Assigned task – Only the stretch of the listing below that runs from the line with "v2 (0,29,0)" through the line with "e27 v24 v25 LINE" is to be printed, exactly and with both ends.

:: Source information

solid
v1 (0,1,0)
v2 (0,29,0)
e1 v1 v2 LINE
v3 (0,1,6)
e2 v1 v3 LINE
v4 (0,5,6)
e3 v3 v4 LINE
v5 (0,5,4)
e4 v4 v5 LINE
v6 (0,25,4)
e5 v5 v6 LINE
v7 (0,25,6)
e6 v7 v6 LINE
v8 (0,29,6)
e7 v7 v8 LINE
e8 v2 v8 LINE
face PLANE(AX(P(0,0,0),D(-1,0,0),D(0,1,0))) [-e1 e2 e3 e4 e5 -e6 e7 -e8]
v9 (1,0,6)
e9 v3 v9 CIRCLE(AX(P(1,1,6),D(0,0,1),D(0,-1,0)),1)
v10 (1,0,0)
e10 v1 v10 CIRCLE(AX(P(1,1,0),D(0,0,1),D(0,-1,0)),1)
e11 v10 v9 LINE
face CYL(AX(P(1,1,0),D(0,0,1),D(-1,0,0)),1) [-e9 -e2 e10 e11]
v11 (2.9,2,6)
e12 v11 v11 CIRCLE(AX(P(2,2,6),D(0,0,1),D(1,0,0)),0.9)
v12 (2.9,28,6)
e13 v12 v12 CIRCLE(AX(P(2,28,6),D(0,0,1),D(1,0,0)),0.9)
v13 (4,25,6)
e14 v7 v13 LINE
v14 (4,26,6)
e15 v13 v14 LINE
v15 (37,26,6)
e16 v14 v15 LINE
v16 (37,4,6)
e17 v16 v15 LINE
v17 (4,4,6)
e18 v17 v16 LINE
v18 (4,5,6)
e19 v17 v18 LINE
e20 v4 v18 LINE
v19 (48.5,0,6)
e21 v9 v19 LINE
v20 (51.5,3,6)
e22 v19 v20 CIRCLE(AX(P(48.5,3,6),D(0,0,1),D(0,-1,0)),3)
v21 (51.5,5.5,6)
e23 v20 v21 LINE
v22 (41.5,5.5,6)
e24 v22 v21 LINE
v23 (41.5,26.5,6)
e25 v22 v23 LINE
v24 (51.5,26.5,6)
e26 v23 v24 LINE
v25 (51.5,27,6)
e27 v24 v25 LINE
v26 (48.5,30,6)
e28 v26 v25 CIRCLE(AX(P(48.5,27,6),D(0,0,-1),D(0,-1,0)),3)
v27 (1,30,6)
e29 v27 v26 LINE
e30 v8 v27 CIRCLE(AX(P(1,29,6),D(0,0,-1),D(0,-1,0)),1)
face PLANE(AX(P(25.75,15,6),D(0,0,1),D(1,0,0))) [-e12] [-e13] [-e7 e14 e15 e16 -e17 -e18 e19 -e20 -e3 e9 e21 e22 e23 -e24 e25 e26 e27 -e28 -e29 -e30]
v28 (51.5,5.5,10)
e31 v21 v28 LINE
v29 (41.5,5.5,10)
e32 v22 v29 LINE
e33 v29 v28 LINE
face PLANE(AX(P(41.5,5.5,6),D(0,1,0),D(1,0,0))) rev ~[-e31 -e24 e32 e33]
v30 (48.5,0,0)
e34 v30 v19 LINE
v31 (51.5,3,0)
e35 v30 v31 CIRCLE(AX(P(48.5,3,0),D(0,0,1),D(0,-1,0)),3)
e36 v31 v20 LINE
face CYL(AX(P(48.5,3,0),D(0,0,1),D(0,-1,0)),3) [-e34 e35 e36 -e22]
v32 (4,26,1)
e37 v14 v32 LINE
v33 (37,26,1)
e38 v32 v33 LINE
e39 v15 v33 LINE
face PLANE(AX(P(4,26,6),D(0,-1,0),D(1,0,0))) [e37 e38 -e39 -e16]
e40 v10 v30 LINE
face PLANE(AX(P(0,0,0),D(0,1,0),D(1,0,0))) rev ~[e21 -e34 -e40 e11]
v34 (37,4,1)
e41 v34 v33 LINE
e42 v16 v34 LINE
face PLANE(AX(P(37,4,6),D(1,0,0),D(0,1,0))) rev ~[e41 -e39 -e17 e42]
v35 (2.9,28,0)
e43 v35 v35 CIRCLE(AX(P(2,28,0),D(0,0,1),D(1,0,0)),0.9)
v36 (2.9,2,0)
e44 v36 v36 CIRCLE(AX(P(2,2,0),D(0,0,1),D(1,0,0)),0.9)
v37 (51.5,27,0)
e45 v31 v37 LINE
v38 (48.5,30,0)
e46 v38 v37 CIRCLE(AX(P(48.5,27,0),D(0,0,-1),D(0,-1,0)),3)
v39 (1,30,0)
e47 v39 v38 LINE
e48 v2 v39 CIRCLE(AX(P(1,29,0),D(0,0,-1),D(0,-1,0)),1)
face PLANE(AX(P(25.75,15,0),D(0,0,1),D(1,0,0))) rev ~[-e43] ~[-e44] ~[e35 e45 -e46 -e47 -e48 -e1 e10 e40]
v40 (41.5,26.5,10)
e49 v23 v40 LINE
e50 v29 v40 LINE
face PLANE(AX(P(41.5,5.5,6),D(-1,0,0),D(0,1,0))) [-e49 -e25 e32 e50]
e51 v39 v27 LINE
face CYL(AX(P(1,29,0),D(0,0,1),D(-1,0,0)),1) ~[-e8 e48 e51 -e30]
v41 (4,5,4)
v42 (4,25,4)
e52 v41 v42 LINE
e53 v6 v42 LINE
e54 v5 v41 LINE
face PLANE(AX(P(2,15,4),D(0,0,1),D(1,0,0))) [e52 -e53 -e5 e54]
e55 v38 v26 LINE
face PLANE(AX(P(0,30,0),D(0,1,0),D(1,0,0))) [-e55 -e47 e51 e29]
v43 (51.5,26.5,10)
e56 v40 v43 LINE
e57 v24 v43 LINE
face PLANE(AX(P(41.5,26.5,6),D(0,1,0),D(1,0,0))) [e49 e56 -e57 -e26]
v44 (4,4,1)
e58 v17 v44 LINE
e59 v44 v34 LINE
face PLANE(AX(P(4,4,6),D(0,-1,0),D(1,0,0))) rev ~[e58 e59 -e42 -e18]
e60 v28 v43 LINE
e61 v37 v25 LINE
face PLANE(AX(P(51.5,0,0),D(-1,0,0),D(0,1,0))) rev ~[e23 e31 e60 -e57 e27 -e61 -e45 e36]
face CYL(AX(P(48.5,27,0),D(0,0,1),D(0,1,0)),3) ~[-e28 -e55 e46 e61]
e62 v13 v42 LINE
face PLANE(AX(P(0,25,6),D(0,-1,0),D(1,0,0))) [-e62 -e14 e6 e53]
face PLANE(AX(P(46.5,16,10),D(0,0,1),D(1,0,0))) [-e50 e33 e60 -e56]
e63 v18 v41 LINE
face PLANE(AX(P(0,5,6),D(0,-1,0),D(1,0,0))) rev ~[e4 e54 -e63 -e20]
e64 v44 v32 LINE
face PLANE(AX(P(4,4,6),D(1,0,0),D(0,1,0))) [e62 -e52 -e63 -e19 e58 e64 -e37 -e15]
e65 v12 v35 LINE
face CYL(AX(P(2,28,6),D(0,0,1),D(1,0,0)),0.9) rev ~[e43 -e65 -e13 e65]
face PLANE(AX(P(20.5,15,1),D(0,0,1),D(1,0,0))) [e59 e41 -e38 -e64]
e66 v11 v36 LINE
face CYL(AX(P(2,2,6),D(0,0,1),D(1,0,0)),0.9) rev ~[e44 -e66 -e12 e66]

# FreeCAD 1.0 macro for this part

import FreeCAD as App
import Part
import Sketcher

V = App.Vector
Q = App.Units.Quantity


def edges_at(feature, points):
    """Names of the edges that pass closest to the given points."""
    edges = feature.Shape.Edges
    near = lambda p: min(range(len(edges)), key=lambda i: edges[i].distToShape(Part.Vertex(*p))[0])
    return sorted({f"Edge{near(p) + 1}" for p in points})

doc = App.newDocument("Part")
body = doc.addObject("PartDesign::Body", "Body")

sketch1 = body.newObject("Sketcher::SketchObject", "Sketch")
sketch1.AttachmentSupport = (doc.getObject("XY_Plane"), [""])
sketch1.MapMode = "FlatFace"
sketch1.addGeometry([
    Part.LineSegment(V(0, 30, 0), V(0, 0, 0)),
    Part.LineSegment(V(0, 0, 0), V(52, 0, 0)),
    Part.LineSegment(V(52, 0, 0), V(52, 30, 0)),
    Part.LineSegment(V(52, 30, 0), V(0, 30, 0)),
], False)
sketch1.addConstraint([
    Sketcher.Constraint("Coincident", 0, 2, 1, 1),
    Sketcher.Constraint("Coincident", 1, 2, 2, 1),
    Sketcher.Constraint("Coincident", 2, 2, 3, 1),
    Sketcher.Constraint("Coincident", 3, 2, 0, 1),
    Sketcher.Constraint("Vertical", 0),
    Sketcher.Constraint("Horizontal", 1),
    Sketcher.Constraint("Vertical", 2),
    Sketcher.Constraint("Horizontal", 3),
    Sketcher.Constraint("Coincident", 0, 2, -1, 1),
    Sketcher.Constraint("DistanceY", 0, 2, 0, 1, Q("30 mm")),
    Sketcher.Constraint("DistanceX", 1, 1, 1, 2, Q("51.5 mm")),
])
pad1 = body.newObject("PartDesign::Pad", "Pad")
pad1.Profile = sketch1
pad1.Length = 6

sketch2 = body.newObject("Sketcher::SketchObject", "Sketch001")
sketch2.AttachmentSupport = (doc.getObject("XY_Plane"), [""])
sketch2.MapMode = "FlatFace"
sketch2.AttachmentOffset = App.Placement(V(0, 0, 6), App.Rotation())
sketch2.addGeometry([
    Part.LineSegment(V(4, 26, 0), V(4, 4, 0)),
    Part.LineSegment(V(4, 4, 0), V(37, 4, 0)),
    Part.LineSegment(V(37, 4, 0), V(37, 26, 0)),
    Part.LineSegment(V(37, 26, 0), V(4, 26, 0)),
], False)
sketch2.addConstraint([
    Sketcher.Constraint("Coincident", 0, 2, 1, 1),
    Sketcher.Constraint("Coincident", 1, 2, 2, 1),
    Sketcher.Constraint("Coincident", 2, 2, 3, 1),
    Sketcher.Constraint("Coincident", 3, 2, 0, 1),
    Sketcher.Constraint("Vertical", 0),
    Sketcher.Constraint("Horizontal", 1),
    Sketcher.Constraint("Vertical", 2),
    Sketcher.Constraint("Horizontal", 3),
    Sketcher.Constraint("DistanceX", 1, 1, 1, 2, Q("33 mm")),
    Sketcher.Constraint("DistanceY", 0, 2, 0, 1, Q("22 mm")),
    Sketcher.Constraint("DistanceX", -1, 1, 0, 2, Q("4 mm")),
    Sketcher.Constraint("DistanceY", -1, 1, 0, 2, Q("4 mm")),
])
pocket1 = body.newObject("PartDesign::Pocket", "Pocket")
pocket1.Profile = sketch2
pocket1.Length = 5

sketch3 = body.newObject("Sketcher::SketchObject", "Sketch002")
sketch3.AttachmentSupport = (doc.getObject("XY_Plane"), [""])
sketch3.MapMode = "FlatFace"
sketch3.AttachmentOffset = App.Placement(V(0, 0, 6), App.Rotation())
sketch3.addGeometry([
    Part.Circle(V(2, 28, 0), V(0, 0, 1), 0.9),
    Part.Circle(V(2, 2, 0), V(0, 0, 1), 0.9),
], False)
sketch3.addConstraint([
    Sketcher.Constraint("Equal", 0, 1),
    Sketcher.Constraint("Vertical", 0, 3, 1, 3),
    Sketcher.Constraint("Diameter", 0, Q("1.8 mm")),
    Sketcher.Constraint("DistanceX", -1, 1, 0, 3, Q("2 mm")),
    Sketcher.Constraint("DistanceY", -1, 1, 0, 3, Q("28 mm")),
    Sketcher.Constraint("DistanceY", -1, 1, 1, 3, Q("2 mm")),
])
pocket2 = body.newObject("PartDesign::Pocket", "Pocket001")
pocket2.Profile = sketch3
pocket2.Type = "ThroughAll"

sketch4 = body.newObject("Sketcher::SketchObject", "Sketch003")
sketch4.AttachmentSupport = (doc.getObject("XY_Plane"), [""])
sketch4.MapMode = "FlatFace"
sketch4.AttachmentOffset = App.Placement(V(0, 0, 6), App.Rotation())
sketch4.addGeometry([
    Part.LineSegment(V(42, 26, 0), V(42, 6, 0)),
    Part.LineSegment(V(42, 6, 0), V(52, 6, 0)),
    Part.LineSegment(V(52, 6, 0), V(52, 26, 0)),
    Part.LineSegment(V(52, 26, 0), V(42, 26, 0)),
], False)
sketch4.addConstraint([
    Sketcher.Constraint("Coincident", 0, 2, 1, 1),
    Sketcher.Constraint("Coincident", 1, 2, 2, 1),
    Sketcher.Constraint("Coincident", 2, 2, 3, 1),
    Sketcher.Constraint("Coincident", 3, 2, 0, 1),
    Sketcher.Constraint("Vertical", 0),
    Sketcher.Constraint("Horizontal", 1),
    Sketcher.Constraint("Vertical", 2),
    Sketcher.Constraint("Horizontal", 3),
    Sketcher.Constraint("DistanceX", 1, 1, 1, 2, Q("10 mm")),
    Sketcher.Constraint("DistanceY", 0, 2, 0, 1, Q("21 mm")),
    Sketcher.Constraint("DistanceX", -1, 1, 0, 2, Q("41.5 mm")),
    Sketcher.Constraint("DistanceY", -1, 1, 0, 2, Q("5.5 mm")),
])
pad2 = body.newObject("PartDesign::Pad", "Pad001")
pad2.Profile = sketch4
pad2.Length = 4

sketch5 = body.newObject("Sketcher::SketchObject", "Sketch004")
sketch5.AttachmentSupport = (doc.getObject("XY_Plane"), [""])
sketch5.MapMode = "FlatFace"
sketch5.AttachmentOffset = App.Placement(V(0, 0, 6), App.Rotation())
sketch5.addGeometry([
    Part.LineSegment(V(0, 25, 0), V(0, 5, 0)),
    Part.LineSegment(V(0, 5, 0), V(4, 5, 0)),
    Part.LineSegment(V(4, 5, 0), V(4, 25, 0)),
    Part.LineSegment(V(4, 25, 0), V(0, 25, 0)),
], False)
sketch5.addConstraint([
    Sketcher.Constraint("Coincident", 0, 2, 1, 1),
    Sketcher.Constraint("Coincident", 1, 2, 2, 1),
    Sketcher.Constraint("Coincident", 2, 2, 3, 1),
    Sketcher.Constraint("Coincident", 3, 2, 0, 1),
    Sketcher.Constraint("Vertical", 0),
    Sketcher.Constraint("Horizontal", 1),
    Sketcher.Constraint("Vertical", 2),
    Sketcher.Constraint("Horizontal", 3),
    Sketcher.Constraint("PointOnObject", 0, 2, -2),
    Sketcher.Constraint("DistanceX", 1, 1, 1, 2, Q("4 mm")),
    Sketcher.Constraint("DistanceY", 0, 2, 0, 1, Q("20 mm")),
    Sketcher.Constraint("DistanceY", -1, 1, 0, 2, Q("5 mm")),
])
pocket3 = body.newObject("PartDesign::Pocket", "Pocket002")
pocket3.Profile = sketch5
pocket3.Length = 2
doc.recompute()

fillet = body.newObject("PartDesign::Fillet", "Fillet")
fillet.Base = (pocket3, edges_at(pocket3, [(0, 30, 3), (0, 0, 3)]))
fillet.Radius = 1
doc.recompute()

fillet2 = body.newObject("PartDesign::Fillet", "Fillet001")
fillet2.Base = (fillet, edges_at(fillet, [(51.5, 30, 3), (51.5, 0, 3)]))
fillet2.Radius = 3

doc.recompute()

::::

Exercise answer –
v2 (0,29,0)
e1 v1 v2 LINE
v3 (0,1,6)
e2 v1 v3 LINE
v4 (0,5,6)
e3 v3 v4 LINE
v5 (0,5,4)
e4 v4 v5 LINE
v6 (0,25,4)
e5 v5 v6 LINE
v7 (0,25,6)
e6 v7 v6 LINE
v8 (0,29,6)
e7 v7 v8 LINE
e8 v2 v8 LINE
face PLANE(AX(P(0,0,0),D(-1,0,0),D(0,1,0))) [-e1 e2 e3 e4 e5 -e6 e7 -e8]
v9 (1,0,6)
e9 v3 v9 CIRCLE(AX(P(1,1,6),D(0,0,1),D(0,-1,0)),1)
v10 (1,0,0)
e10 v1 v10 CIRCLE(AX(P(1,1,0),D(0,0,1),D(0,-1,0)),1)
e11 v10 v9 LINE
face CYL(AX(P(1,1,0),D(0,0,1),D(-1,0,0)),1) [-e9 -e2 e10 e11]
v11 (2.9,2,6)
e12 v11 v11 CIRCLE(AX(P(2,2,6),D(0,0,1),D(1,0,0)),0.9)
v12 (2.9,28,6)
e13 v12 v12 CIRCLE(AX(P(2,28,6),D(0,0,1),D(1,0,0)),0.9)
v13 (4,25,6)
e14 v7 v13 LINE
v14 (4,26,6)
e15 v13 v14 LINE
v15 (37,26,6)
e16 v14 v15 LINE
v16 (37,4,6)
e17 v16 v15 LINE
v17 (4,4,6)
e18 v17 v16 LINE
v18 (4,5,6)
e19 v17 v18 LINE
e20 v4 v18 LINE
v19 (48.5,0,6)
e21 v9 v19 LINE
v20 (51.5,3,6)
e22 v19 v20 CIRCLE(AX(P(48.5,3,6),D(0,0,1),D(0,-1,0)),3)
v21 (51.5,5.5,6)
e23 v20 v21 LINE
v22 (41.5,5.5,6)
e24 v22 v21 LINE
v23 (41.5,26.5,6)
e25 v22 v23 LINE
v24 (51.5,26.5,6)
e26 v23 v24 LINE
v25 (51.5,27,6)
e27 v24 v25 LINE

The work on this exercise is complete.